## Task to complete
The lines from the start of the records through the one containing "v 13.296 -30.036 62.371" are to be restated word for word; please include both ends.

## Supplied data
--------------------------------------------------

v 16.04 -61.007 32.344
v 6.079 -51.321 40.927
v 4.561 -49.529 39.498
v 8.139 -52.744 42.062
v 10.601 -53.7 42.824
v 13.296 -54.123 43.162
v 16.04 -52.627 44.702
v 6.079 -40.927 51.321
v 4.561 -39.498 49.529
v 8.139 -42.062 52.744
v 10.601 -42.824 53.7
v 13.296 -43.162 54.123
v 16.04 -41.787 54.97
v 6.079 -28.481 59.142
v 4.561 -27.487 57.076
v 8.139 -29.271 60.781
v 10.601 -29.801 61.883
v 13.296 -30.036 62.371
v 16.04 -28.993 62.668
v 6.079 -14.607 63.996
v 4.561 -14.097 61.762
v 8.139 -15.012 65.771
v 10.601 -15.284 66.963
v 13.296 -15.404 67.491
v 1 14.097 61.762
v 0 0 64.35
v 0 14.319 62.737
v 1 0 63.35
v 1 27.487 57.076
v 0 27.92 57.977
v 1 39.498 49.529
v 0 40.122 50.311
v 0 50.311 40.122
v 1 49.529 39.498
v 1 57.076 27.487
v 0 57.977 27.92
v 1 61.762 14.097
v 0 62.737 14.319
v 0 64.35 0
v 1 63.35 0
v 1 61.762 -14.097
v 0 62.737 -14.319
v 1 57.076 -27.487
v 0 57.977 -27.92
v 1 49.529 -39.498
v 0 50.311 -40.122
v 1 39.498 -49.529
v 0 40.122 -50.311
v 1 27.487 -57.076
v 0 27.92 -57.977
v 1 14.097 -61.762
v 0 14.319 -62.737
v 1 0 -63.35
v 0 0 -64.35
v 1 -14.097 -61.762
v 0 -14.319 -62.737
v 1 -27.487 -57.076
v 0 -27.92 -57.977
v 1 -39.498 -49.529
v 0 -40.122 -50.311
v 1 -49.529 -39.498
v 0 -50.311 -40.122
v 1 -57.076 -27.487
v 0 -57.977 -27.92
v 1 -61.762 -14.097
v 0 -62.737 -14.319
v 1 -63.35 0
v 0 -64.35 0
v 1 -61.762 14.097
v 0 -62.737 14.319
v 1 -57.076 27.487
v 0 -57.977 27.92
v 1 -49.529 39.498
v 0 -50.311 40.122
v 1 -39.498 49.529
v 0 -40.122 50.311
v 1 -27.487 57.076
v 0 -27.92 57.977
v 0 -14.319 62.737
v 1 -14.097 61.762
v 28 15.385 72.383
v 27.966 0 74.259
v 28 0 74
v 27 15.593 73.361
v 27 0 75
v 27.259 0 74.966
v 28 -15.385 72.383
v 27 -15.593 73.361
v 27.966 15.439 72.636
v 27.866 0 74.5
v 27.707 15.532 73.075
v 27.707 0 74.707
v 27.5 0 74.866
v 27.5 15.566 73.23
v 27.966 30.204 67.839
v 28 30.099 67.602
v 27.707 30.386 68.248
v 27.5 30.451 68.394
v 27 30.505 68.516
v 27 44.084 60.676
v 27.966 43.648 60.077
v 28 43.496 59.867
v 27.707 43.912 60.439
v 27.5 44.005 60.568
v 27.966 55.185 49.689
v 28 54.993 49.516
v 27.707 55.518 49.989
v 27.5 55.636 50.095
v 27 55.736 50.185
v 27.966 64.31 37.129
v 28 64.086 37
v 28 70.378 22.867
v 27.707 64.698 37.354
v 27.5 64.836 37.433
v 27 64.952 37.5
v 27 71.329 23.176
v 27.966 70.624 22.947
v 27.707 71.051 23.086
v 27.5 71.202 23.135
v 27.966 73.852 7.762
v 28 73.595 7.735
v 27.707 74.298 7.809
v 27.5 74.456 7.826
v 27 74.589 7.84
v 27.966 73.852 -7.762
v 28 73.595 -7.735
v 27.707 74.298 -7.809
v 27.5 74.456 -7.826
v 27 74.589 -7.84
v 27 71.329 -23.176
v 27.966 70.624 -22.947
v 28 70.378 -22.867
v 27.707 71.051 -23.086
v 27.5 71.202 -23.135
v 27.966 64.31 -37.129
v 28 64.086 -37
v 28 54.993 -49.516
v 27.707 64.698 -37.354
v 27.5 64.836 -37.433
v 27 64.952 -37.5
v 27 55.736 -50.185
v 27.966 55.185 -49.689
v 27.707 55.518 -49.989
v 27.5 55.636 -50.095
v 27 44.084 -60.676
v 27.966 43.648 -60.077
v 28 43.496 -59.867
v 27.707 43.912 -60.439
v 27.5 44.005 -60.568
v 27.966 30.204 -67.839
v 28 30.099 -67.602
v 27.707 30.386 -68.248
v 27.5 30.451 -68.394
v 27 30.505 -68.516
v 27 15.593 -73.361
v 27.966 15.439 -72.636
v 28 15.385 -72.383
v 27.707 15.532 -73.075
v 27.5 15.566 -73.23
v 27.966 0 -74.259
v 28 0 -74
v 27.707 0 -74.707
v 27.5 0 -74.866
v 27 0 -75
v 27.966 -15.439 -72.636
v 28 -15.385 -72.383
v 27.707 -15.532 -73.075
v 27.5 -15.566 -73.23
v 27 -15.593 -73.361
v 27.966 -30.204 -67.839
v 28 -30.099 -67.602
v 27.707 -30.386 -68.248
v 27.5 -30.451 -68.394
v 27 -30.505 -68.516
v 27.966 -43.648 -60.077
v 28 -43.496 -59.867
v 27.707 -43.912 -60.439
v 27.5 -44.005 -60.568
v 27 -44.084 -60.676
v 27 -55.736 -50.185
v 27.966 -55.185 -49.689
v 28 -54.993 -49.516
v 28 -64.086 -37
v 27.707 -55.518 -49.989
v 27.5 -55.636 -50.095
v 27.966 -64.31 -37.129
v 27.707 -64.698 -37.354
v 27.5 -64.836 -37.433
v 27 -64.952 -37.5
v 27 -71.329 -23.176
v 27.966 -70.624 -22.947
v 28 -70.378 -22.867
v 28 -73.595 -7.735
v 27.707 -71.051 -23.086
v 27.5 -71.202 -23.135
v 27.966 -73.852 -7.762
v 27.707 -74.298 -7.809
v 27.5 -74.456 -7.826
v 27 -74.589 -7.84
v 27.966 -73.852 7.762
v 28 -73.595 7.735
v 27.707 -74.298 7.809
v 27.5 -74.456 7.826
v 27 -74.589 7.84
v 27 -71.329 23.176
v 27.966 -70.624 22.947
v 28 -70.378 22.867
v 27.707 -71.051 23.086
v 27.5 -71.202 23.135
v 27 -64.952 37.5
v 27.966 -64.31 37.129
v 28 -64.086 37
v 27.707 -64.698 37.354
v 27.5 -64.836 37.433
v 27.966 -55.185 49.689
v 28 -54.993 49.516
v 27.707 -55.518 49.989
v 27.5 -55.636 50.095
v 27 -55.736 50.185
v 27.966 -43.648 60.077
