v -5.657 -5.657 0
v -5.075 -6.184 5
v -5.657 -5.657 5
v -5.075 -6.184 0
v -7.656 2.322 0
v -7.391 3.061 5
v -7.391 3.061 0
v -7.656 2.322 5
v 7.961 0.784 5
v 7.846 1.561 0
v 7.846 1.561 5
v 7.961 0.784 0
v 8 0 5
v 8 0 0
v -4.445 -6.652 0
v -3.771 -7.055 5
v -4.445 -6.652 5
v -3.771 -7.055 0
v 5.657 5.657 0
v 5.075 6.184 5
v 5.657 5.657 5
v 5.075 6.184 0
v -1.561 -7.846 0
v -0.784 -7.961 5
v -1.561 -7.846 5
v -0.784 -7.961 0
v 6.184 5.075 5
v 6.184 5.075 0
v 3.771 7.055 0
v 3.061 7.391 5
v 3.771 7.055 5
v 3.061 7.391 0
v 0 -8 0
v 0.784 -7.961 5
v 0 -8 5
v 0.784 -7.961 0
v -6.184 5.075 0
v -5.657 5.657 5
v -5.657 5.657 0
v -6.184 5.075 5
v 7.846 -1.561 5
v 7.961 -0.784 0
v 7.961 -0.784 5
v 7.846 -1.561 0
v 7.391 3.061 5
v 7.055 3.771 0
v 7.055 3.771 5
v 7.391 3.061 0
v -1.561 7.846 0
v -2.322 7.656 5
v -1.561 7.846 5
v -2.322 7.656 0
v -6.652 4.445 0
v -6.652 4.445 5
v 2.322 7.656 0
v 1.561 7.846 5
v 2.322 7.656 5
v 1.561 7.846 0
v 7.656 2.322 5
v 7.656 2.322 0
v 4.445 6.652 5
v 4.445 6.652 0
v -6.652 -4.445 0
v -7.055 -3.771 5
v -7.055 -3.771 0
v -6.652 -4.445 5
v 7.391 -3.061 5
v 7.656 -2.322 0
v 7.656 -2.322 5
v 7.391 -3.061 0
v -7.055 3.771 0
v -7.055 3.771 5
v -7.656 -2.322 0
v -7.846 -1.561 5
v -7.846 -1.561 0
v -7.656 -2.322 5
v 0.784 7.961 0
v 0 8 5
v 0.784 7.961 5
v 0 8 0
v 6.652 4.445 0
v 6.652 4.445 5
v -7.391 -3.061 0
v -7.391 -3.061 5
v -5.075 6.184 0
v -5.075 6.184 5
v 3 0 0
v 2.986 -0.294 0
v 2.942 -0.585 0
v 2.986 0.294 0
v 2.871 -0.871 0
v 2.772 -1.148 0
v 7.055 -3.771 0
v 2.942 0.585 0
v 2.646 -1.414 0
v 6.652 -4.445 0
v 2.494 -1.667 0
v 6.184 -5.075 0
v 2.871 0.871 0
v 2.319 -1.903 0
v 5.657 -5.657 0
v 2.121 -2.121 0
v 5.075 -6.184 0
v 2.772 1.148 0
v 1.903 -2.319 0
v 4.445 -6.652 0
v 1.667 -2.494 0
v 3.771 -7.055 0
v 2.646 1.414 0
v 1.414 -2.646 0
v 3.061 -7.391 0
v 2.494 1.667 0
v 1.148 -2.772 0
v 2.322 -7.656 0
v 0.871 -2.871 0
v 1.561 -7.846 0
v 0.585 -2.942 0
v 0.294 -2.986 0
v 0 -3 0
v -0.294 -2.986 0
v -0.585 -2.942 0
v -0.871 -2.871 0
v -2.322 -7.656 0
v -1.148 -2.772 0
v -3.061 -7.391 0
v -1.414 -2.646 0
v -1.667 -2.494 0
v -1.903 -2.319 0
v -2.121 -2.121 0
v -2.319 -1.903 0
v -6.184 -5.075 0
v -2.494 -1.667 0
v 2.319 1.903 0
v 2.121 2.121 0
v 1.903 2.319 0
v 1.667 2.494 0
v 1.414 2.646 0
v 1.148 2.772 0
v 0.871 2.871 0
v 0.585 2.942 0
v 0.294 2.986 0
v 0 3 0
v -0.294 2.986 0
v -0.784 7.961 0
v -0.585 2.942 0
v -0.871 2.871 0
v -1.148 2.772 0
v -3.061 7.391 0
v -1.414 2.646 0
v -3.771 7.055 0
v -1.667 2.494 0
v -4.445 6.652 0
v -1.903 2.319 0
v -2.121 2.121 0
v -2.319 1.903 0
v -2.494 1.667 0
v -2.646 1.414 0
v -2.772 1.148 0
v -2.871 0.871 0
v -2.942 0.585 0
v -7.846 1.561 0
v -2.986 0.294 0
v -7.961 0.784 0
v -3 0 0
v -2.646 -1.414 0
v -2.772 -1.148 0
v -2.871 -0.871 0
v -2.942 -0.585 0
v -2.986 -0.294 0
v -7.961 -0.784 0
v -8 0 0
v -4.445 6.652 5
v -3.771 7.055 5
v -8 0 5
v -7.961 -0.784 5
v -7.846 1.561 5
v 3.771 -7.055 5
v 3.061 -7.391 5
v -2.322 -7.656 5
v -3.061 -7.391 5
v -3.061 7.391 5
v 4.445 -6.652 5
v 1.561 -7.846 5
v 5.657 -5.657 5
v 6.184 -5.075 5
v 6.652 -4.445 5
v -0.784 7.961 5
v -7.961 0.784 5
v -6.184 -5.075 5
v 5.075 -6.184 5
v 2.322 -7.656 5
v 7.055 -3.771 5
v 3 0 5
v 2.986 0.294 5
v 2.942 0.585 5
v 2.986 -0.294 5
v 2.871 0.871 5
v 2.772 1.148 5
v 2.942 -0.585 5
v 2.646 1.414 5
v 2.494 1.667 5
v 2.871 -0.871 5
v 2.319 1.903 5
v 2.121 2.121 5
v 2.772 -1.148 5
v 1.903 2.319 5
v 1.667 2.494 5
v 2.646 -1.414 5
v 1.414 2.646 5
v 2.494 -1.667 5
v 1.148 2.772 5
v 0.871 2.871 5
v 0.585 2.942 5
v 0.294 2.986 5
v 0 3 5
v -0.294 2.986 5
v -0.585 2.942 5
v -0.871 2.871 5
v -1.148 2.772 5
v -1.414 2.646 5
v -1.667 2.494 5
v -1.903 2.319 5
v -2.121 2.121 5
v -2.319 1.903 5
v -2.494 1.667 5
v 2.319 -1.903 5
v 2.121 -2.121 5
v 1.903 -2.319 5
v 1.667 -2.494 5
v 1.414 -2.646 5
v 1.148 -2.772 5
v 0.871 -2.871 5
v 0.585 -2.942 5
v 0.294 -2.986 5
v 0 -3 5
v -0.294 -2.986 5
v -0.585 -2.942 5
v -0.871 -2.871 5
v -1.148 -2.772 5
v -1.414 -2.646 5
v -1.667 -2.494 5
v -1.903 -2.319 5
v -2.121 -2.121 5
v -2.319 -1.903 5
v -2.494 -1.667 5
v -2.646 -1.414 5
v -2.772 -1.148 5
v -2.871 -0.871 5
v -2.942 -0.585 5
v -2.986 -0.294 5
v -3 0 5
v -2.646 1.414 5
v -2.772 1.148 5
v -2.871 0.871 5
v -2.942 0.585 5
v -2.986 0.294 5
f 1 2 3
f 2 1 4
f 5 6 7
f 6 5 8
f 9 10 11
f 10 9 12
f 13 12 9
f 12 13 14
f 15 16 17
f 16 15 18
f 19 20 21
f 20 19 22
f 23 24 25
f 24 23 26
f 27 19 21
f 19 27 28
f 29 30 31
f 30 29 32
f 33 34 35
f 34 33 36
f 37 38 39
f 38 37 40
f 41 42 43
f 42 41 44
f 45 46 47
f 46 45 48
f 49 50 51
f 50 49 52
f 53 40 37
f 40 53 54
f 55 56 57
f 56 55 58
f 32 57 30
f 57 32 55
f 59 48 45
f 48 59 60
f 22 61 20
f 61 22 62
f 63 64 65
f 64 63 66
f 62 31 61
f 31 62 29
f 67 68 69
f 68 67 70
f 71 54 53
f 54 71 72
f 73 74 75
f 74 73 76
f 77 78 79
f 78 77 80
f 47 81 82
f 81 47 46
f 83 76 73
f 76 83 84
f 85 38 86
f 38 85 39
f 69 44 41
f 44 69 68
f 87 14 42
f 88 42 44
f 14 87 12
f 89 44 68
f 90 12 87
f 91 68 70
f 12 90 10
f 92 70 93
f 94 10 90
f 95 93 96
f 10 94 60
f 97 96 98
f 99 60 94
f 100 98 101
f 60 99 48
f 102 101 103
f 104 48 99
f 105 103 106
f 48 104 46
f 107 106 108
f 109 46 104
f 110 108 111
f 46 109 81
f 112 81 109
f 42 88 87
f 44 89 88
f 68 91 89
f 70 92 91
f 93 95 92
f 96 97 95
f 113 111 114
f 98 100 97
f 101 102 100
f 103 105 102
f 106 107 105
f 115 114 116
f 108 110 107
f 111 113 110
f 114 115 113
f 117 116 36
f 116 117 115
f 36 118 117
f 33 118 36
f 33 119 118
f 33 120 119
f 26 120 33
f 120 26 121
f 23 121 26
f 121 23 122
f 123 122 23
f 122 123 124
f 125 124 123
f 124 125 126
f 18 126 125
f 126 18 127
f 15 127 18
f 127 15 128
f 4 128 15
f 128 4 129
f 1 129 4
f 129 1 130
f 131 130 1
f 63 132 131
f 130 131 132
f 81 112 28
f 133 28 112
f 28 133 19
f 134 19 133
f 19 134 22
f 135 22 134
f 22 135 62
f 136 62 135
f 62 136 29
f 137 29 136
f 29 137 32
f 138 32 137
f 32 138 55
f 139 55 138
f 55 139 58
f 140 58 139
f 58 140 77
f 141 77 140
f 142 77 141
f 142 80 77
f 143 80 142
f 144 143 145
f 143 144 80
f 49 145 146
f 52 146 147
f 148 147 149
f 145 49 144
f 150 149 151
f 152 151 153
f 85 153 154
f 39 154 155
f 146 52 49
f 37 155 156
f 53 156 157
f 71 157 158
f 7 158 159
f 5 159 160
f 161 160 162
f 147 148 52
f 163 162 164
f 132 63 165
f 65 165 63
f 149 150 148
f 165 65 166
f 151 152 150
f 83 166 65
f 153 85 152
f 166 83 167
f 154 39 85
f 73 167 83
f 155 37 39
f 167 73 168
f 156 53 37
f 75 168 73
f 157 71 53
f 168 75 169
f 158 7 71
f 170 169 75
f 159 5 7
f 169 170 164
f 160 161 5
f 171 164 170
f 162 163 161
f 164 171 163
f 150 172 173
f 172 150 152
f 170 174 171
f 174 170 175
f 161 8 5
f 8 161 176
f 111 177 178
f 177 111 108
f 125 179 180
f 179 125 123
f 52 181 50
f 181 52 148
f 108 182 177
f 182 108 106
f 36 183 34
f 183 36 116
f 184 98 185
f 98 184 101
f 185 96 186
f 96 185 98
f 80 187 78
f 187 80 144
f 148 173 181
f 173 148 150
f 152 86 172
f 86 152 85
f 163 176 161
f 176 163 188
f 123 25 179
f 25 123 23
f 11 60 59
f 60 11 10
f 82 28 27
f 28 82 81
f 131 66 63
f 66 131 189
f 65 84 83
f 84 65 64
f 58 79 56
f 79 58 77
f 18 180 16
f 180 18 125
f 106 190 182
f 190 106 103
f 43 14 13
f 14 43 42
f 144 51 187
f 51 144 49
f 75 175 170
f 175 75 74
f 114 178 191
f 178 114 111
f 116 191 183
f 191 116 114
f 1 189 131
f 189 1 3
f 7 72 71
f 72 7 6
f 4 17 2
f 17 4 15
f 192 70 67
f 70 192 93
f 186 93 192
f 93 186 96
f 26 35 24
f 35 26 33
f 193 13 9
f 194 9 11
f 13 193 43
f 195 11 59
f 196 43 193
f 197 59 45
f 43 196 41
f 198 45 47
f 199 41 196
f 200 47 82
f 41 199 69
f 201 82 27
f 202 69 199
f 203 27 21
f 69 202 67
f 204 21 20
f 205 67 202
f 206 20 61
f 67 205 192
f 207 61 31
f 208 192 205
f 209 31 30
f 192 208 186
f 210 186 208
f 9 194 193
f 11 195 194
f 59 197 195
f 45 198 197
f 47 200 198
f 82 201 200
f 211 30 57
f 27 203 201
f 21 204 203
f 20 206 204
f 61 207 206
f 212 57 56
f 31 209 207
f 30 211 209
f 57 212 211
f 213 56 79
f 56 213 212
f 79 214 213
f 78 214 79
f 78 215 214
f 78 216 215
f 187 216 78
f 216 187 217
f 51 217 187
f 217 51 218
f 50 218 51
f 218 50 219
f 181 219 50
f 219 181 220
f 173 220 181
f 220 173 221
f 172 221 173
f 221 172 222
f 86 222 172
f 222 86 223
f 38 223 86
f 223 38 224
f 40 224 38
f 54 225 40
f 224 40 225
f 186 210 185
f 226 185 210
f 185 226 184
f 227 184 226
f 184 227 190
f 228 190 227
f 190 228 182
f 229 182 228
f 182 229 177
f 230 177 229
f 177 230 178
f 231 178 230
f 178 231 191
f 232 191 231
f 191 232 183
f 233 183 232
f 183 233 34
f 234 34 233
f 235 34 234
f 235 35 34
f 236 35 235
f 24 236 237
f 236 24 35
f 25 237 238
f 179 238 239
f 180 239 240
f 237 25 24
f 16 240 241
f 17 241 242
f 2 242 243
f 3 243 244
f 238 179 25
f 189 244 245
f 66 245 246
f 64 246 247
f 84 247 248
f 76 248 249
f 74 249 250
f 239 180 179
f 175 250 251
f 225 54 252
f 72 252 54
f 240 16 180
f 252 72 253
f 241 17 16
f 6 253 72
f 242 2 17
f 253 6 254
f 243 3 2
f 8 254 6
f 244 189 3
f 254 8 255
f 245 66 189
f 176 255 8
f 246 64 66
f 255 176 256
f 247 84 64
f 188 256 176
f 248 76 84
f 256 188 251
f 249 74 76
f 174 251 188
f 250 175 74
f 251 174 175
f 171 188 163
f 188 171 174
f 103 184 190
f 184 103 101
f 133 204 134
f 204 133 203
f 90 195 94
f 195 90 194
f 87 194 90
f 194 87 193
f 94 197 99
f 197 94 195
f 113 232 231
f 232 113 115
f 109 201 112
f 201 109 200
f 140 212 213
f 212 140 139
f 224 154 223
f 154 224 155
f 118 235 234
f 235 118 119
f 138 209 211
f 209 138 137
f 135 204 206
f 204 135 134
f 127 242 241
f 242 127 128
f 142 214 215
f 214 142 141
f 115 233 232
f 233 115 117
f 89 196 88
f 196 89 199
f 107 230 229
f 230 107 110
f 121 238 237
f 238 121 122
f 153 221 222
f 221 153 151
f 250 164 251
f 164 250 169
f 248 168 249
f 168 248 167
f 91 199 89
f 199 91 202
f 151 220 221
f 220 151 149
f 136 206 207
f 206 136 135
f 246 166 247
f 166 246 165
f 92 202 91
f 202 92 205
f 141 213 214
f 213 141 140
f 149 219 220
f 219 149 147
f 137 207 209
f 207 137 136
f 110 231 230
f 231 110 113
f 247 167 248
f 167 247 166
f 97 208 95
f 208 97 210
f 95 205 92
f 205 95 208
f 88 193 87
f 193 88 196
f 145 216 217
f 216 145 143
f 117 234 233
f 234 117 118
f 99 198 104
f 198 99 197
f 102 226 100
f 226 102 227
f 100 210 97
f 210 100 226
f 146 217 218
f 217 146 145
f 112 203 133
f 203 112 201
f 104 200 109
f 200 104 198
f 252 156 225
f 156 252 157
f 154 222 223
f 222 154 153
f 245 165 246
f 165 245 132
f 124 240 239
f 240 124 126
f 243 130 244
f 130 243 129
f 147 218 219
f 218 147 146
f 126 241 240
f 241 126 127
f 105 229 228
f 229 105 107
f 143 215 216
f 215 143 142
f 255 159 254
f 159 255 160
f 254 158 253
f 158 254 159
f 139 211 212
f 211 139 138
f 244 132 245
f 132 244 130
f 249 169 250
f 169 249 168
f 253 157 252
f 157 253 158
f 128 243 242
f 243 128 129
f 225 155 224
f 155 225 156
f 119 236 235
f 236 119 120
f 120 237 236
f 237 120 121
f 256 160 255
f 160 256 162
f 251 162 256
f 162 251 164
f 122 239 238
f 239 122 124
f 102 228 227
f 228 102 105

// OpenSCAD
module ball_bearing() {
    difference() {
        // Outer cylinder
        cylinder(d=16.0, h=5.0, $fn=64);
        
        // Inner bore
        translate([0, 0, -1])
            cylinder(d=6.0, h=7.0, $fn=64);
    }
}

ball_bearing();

--------------------------------------------------

## Solution to this problem
v 16.04 -61.007 32.344
v 6.079 -51.321 40.927
v 4.561 -49.529 39.498
v 8.139 -52.744 42.062
v 10.601 -53.7 42.824
v 13.296 -54.123 43.162
v 16.04 -52.627 44.702
v 6.079 -40.927 51.321
v 4.561 -39.498 49.529
v 8.139 -42.062 52.744
v 10.601 -42.824 53.7
v 13.296 -43.162 54.123
v 16.04 -41.787 54.97
v 6.079 -28.481 59.142
v 4.561 -27.487 57.076
v 8.139 -29.271 60.781
v 10.601 -29.801 61.883
v 13.296 -30.036 62.371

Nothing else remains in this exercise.